Entropy Shmear

Consider the raw Zener samples in the previous $\pi$ sequence.

Naive application of Shannon’s $H(\pi) = -K\sum_{i} {p_i \log p_i}, i \in \{0, 1\}^n$ entropy equation suggests an entropy rate of 6.75 bits/byte for the sequence if $n=8$ (as is typical). A cmix compression estimate is only 1.05 bits/byte. What has happened to the missing 5.7 bits of Shannon entropy estimated to be in each byte?

An alternative way of thinking about correlation is that the missing 5.7 bits of entropy supposedly within each 8 bit window are elsewhere; outside of that narrow window of consideration. The shmeared bits break the IID criterion, overlapping many other bytes. We could say with enthusiasm and a grin that:-

  • Each byte does contain 1.05 bits of true entropy based on $n \gg 8$.
  • The missing 5.7 bits are shmeared out across ajoining bytes and words due to autocorrelation.
  • They live outside of the enumeration of $i$, due to it’s 8 bit window (a probability distribution $P(\pi)$ based on $n = 8$).
  • Thus the common means of applying Shannon cannot see nor account for them.
  • Compute the entropy $H_{compression}$ measured via (cmix) compression as $ \frac{|Cmix(\pi)| - k}{|\pi|} $
  • And $k$ is a constant representing the compressor’s file overhead, found from $ |Cmix(U)| - |U| $
  • $U$ is a good pseudo random file such as that from /dev/urandom, of length equivalent to $|\pi|$
  • Hint: use ent to measure $H_{Shannon}$.
  • The entropy shmear due to autocorrelation $ES$, is $ \frac{H_{Shannon} - H_{compression}}{H_{Shannon}} $, or 84% for our $\pi$ samples.

Clearly in an IID situation, $ H_{Shannon} - H_{compression} \approx 0 $ [1]. Obviously an approximation, but might $ES$ be an alternative way of viewing autocorrelation? We could say that $\pi$ has an autocorrelation coefficient of 0.1. Or, we can imagine 84% of $\pi$'s bits that would have made an IID sequence being shmeared out to adjacent bytes. 84% of them are strongly dependant on others.

Anyway, it’s a thought isn’ it ¯\_(ツ)_/¯


Notes:

[1] An ent test of 1.2 MB of /dev/urandom samples showing that autocorrelation is never exactly zero, even for cryptographically strong pseudo random sequences :-

$ ent /tmp/urandom
Entropy = 7.999855 bits per byte.

Optimum compression would reduce the size
of this 1200000 byte file by 0 percent.

Chi square distribution for 1200000 samples is 242.00, and randomly
would exceed this value 71.10 percent of the times.

Arithmetic mean value of data bytes is 127.5589 (127.5 = random).
Monte Carlo value for Pi is 3.144180000 (error 0.08 percent).
Serial correlation coefficient is 0.000989 (totally uncorrelated = 0.0).

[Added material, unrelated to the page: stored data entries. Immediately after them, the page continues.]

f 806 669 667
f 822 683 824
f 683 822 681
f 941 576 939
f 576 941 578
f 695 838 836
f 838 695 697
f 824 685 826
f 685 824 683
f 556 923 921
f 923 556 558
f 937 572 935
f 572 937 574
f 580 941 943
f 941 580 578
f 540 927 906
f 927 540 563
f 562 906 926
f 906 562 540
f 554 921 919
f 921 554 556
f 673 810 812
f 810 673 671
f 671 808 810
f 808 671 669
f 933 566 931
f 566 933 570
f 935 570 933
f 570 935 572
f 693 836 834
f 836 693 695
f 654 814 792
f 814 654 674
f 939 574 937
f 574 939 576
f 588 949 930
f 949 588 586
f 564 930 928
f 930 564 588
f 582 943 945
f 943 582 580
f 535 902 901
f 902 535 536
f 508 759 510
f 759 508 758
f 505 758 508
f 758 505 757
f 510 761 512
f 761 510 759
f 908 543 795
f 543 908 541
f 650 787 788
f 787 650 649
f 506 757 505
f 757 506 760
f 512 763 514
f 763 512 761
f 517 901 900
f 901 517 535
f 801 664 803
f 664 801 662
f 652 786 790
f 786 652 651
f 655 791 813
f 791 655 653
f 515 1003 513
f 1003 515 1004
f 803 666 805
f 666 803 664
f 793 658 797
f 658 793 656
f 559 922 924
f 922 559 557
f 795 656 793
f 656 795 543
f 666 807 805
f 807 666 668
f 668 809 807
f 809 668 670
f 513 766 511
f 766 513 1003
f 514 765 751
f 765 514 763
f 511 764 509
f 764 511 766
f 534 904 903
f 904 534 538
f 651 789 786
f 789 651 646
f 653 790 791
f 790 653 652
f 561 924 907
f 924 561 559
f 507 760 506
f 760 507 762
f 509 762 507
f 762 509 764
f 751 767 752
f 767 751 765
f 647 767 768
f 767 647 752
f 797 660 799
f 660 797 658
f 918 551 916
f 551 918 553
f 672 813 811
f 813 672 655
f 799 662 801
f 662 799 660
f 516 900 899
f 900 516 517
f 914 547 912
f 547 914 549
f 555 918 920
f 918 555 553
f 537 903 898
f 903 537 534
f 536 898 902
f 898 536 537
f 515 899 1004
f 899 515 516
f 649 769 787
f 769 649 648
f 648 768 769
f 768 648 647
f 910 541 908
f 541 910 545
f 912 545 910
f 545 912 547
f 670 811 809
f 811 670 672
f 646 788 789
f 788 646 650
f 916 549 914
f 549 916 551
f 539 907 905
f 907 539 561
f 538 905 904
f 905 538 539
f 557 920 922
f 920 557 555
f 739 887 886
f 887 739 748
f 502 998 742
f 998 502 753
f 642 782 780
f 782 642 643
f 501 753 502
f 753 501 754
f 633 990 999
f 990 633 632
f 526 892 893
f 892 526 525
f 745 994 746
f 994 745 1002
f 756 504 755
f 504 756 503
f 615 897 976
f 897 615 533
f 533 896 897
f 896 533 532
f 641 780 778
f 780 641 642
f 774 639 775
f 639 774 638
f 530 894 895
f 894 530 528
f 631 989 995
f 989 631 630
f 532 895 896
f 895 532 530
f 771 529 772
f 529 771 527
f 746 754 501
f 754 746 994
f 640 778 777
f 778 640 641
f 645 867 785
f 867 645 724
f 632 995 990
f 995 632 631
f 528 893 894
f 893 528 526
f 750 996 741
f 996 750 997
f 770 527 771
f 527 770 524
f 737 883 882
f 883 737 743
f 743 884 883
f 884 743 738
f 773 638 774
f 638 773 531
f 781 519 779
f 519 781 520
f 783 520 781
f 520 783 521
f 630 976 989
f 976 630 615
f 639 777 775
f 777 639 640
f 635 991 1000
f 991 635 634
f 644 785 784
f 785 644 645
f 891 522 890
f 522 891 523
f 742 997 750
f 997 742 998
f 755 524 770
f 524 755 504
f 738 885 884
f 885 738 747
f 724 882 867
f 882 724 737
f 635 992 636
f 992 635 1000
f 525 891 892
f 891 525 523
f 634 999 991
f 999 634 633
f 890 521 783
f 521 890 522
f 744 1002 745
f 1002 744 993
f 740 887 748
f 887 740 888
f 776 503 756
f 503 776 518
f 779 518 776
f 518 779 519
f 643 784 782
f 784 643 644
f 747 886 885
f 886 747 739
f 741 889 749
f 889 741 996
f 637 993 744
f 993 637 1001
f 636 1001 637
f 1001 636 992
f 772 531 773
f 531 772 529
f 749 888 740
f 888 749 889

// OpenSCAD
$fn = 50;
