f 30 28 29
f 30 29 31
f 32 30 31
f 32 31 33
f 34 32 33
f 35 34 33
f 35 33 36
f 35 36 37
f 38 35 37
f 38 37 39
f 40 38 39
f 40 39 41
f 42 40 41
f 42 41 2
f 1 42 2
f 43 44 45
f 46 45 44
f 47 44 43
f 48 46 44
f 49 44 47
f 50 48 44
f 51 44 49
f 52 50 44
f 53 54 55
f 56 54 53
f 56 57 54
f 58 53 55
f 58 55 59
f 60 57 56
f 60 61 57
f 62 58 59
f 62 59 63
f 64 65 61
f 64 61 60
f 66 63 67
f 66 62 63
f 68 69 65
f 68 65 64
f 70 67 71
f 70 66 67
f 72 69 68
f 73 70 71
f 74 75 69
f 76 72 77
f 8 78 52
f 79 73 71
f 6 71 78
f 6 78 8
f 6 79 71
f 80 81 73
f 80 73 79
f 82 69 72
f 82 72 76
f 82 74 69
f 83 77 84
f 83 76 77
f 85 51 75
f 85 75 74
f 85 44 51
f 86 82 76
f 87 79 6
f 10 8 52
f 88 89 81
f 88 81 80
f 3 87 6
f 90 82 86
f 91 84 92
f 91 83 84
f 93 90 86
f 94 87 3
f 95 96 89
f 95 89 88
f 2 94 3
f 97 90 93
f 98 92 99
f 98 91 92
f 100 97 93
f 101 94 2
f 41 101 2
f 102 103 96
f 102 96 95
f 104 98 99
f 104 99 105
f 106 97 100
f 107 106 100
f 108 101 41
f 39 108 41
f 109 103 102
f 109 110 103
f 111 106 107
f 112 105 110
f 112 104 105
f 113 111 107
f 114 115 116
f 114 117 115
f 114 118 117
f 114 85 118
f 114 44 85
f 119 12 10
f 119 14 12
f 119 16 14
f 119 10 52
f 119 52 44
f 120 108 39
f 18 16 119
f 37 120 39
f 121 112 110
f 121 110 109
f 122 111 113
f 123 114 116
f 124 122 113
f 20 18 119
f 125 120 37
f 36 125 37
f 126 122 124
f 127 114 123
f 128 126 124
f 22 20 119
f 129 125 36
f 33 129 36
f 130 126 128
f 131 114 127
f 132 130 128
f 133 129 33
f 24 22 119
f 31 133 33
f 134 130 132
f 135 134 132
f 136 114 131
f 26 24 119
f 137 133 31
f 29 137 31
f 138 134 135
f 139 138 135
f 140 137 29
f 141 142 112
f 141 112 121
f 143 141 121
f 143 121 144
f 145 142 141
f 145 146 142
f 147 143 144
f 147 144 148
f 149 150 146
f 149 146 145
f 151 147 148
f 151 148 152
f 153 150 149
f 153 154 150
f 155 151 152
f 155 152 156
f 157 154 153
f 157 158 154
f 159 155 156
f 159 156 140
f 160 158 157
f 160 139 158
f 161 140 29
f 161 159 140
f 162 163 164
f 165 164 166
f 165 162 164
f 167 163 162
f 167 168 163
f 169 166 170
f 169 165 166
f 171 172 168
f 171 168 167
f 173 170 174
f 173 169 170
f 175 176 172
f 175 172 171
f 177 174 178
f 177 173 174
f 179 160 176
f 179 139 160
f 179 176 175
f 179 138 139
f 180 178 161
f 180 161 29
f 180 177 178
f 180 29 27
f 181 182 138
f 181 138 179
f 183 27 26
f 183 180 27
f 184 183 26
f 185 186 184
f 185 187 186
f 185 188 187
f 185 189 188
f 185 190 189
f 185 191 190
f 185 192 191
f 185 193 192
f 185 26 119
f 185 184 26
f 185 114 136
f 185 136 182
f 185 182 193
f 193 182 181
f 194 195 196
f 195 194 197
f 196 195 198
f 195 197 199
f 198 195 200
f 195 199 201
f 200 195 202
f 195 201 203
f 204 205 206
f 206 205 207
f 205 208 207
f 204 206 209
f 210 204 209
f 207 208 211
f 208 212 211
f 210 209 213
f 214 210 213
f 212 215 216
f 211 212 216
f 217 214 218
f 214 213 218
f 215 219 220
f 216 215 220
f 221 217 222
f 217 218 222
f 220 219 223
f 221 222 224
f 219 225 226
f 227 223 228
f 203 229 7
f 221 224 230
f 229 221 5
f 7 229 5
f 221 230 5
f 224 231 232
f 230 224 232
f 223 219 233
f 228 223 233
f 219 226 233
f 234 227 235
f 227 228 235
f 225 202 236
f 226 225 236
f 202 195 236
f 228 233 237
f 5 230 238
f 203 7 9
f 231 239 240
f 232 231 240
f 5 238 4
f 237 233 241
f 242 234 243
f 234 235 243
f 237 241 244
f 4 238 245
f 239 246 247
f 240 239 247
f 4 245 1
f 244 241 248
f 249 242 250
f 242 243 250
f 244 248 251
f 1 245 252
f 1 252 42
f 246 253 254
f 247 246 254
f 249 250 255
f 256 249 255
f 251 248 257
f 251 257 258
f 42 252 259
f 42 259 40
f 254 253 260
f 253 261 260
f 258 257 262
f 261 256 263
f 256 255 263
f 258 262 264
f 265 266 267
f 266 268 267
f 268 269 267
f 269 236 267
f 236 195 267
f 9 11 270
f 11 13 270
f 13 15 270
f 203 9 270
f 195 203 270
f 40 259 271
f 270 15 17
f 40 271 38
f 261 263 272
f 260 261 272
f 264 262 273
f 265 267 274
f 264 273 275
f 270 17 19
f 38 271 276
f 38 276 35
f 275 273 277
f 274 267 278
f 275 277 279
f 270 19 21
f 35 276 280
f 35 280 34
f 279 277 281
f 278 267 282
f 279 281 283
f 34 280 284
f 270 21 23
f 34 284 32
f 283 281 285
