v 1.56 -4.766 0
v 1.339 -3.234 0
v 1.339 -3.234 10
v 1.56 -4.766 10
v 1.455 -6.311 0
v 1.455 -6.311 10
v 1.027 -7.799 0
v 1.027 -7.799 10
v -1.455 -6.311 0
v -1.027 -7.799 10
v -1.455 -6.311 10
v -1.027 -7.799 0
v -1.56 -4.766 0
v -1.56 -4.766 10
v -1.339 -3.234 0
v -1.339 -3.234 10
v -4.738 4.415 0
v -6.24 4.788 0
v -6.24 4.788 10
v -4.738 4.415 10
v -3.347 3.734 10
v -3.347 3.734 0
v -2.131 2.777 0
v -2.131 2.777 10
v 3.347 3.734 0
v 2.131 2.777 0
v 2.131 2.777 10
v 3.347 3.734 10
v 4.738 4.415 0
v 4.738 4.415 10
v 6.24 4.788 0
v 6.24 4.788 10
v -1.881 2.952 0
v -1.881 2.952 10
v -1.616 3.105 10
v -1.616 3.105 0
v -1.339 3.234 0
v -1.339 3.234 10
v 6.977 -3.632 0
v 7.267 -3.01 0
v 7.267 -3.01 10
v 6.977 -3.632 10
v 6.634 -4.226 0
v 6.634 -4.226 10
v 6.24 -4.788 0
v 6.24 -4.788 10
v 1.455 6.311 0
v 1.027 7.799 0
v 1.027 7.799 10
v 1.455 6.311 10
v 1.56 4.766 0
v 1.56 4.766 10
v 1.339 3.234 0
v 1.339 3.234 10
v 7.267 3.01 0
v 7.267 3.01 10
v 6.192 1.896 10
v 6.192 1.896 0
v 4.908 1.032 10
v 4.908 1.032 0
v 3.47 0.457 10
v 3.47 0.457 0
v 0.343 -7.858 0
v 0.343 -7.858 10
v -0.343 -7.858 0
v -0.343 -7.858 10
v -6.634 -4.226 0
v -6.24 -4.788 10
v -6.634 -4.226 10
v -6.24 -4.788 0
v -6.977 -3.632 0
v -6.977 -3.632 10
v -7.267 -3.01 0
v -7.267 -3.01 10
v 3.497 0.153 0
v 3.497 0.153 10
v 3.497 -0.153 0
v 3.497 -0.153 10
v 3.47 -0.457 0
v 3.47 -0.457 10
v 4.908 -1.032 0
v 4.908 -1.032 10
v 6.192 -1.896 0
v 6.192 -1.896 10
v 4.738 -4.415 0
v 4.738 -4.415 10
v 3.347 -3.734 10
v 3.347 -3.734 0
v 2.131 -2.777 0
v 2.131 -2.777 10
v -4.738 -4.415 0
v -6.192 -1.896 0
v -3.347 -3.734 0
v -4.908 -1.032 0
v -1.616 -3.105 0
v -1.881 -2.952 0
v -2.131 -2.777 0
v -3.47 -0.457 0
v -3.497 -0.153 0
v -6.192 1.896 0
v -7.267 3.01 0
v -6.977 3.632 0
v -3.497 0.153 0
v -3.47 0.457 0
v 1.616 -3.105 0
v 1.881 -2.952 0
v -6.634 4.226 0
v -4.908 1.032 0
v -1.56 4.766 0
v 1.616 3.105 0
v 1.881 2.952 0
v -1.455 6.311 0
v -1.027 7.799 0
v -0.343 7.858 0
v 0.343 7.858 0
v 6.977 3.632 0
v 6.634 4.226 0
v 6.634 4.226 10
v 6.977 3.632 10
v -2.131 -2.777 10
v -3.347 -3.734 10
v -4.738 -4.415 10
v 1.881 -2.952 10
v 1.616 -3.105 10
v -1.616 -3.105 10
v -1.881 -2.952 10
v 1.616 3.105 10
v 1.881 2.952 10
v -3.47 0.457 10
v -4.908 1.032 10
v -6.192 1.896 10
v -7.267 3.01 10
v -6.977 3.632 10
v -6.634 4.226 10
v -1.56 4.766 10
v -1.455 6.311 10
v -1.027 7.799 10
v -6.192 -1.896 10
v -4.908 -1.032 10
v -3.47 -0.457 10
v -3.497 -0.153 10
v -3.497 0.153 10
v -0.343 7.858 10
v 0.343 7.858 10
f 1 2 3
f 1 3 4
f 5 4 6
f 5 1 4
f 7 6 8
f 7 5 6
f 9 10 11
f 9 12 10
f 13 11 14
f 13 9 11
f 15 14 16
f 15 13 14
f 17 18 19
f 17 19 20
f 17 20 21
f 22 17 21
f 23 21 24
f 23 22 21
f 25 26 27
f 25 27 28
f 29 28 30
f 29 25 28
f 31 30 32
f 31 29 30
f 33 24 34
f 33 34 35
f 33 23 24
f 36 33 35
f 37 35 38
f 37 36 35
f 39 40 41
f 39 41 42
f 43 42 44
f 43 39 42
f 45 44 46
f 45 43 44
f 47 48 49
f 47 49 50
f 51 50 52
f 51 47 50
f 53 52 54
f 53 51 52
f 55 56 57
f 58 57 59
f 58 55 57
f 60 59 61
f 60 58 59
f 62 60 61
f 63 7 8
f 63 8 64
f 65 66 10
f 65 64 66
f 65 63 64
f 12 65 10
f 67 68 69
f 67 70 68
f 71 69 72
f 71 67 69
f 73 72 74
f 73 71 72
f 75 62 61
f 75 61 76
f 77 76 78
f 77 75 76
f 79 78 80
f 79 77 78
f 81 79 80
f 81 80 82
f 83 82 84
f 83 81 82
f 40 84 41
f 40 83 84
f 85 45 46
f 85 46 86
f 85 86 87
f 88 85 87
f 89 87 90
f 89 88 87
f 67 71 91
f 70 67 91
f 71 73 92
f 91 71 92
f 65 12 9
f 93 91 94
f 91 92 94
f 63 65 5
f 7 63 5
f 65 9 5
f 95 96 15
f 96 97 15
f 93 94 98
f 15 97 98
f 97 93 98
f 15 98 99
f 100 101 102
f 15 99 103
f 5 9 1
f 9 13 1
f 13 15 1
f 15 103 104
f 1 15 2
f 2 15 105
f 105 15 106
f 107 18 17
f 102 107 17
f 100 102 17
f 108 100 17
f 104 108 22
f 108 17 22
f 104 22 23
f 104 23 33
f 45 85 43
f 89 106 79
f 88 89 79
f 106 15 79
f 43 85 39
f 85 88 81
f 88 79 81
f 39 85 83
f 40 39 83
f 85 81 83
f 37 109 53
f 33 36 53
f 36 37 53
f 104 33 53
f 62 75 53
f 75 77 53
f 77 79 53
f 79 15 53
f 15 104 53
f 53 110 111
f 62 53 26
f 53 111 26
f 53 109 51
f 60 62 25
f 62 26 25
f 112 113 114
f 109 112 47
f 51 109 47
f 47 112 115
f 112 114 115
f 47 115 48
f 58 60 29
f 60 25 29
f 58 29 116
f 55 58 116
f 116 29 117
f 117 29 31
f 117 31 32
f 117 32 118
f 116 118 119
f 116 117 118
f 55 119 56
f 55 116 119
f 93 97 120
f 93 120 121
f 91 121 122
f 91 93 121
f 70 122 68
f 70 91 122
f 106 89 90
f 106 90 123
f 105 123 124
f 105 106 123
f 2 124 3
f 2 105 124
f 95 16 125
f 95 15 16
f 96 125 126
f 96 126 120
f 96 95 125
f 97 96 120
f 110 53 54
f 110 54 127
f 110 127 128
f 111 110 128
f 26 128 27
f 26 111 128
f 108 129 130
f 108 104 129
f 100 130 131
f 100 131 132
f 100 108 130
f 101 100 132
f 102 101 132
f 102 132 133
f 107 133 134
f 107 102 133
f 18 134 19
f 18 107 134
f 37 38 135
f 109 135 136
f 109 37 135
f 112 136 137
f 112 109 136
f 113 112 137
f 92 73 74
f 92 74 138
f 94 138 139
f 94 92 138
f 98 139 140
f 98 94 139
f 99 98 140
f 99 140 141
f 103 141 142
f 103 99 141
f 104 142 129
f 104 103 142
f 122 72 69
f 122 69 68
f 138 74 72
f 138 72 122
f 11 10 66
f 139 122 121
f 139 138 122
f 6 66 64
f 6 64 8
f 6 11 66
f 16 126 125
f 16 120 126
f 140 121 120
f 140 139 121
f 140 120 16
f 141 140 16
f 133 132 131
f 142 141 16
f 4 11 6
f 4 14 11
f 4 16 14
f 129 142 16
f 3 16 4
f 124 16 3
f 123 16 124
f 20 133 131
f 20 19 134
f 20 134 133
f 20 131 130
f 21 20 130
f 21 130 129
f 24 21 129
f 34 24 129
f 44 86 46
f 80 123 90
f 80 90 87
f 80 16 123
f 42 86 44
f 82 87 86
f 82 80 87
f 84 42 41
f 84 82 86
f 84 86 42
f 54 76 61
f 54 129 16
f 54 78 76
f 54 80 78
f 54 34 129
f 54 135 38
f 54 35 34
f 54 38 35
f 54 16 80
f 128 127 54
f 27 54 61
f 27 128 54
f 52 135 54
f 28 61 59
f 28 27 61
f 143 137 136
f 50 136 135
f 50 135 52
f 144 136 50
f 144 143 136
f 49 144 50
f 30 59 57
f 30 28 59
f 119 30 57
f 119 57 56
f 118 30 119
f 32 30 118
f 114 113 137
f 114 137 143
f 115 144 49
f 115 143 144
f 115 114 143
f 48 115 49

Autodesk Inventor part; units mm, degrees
sketch "Sketch1" plane through (0, 0, 0) normal (0, 0, 1) x (1, 0, 0)
  circle A0 centre (0, 0) radius 7.8659
  dimension "d0" = 15.7318
extrude "Extrusion1" add sketch "Sketch1" along normal blind 10
ref_plane "Work Plane2" through (0, 0, 5) normal (0, 0, 1) x (1, 0, 0)
sketch "Sketch2" plane through (0, 0, 0) normal (0, 0, -1) x (-1, 0, 0)
  circle A0 centre (0, 0) radius 7.8659 projected
  circle A1 centre (0, 0) radius 6
  dimension "d3" = 12
surface extrude "Pitch Diameter" sketch "Sketch2" against normal through all shown no curves A1
ref_plane "Work Plane8" through (0, 0, 0) normal (0.8660254, 0.5, 0) x (0, 0, 1)
ref_plane "Work Plane9" through (0, 0, 0) normal (1, 0, 0) x (0, 1, 0)
spur gear teeth "Spur Gear" teeth 6 pitch diameter 12 tip diameter 15.7318 root diameter 7 face width 10 start plane through (0, 0, 0) normal (0, 0, -1) x (-1, 0, 0)
equation "\"d0\" = da_da"
equation "\"d1\" = da_b"
equation "\"d3\" = da_d"
equation "\"da_da\" = 15.731825"
equation "\"da_b\" = 10"
equation "\"da_d\" = 12"
properties part number "Spur Gear1" material "Steel"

[2] And the correlation coefficient is inversely proportional to the length of the test sequence. This is a problem for DIY TRNG builders as the entropy sources we have resources to build cannot easily produce Gigabytes of test data. The Arduino-Entropy-Library produces “approximately two 32-bit integer values every second”. It would take over five hours to generate a similar 1.2 MB sample. Even the venerable HotBits only produces them at ~800 bps.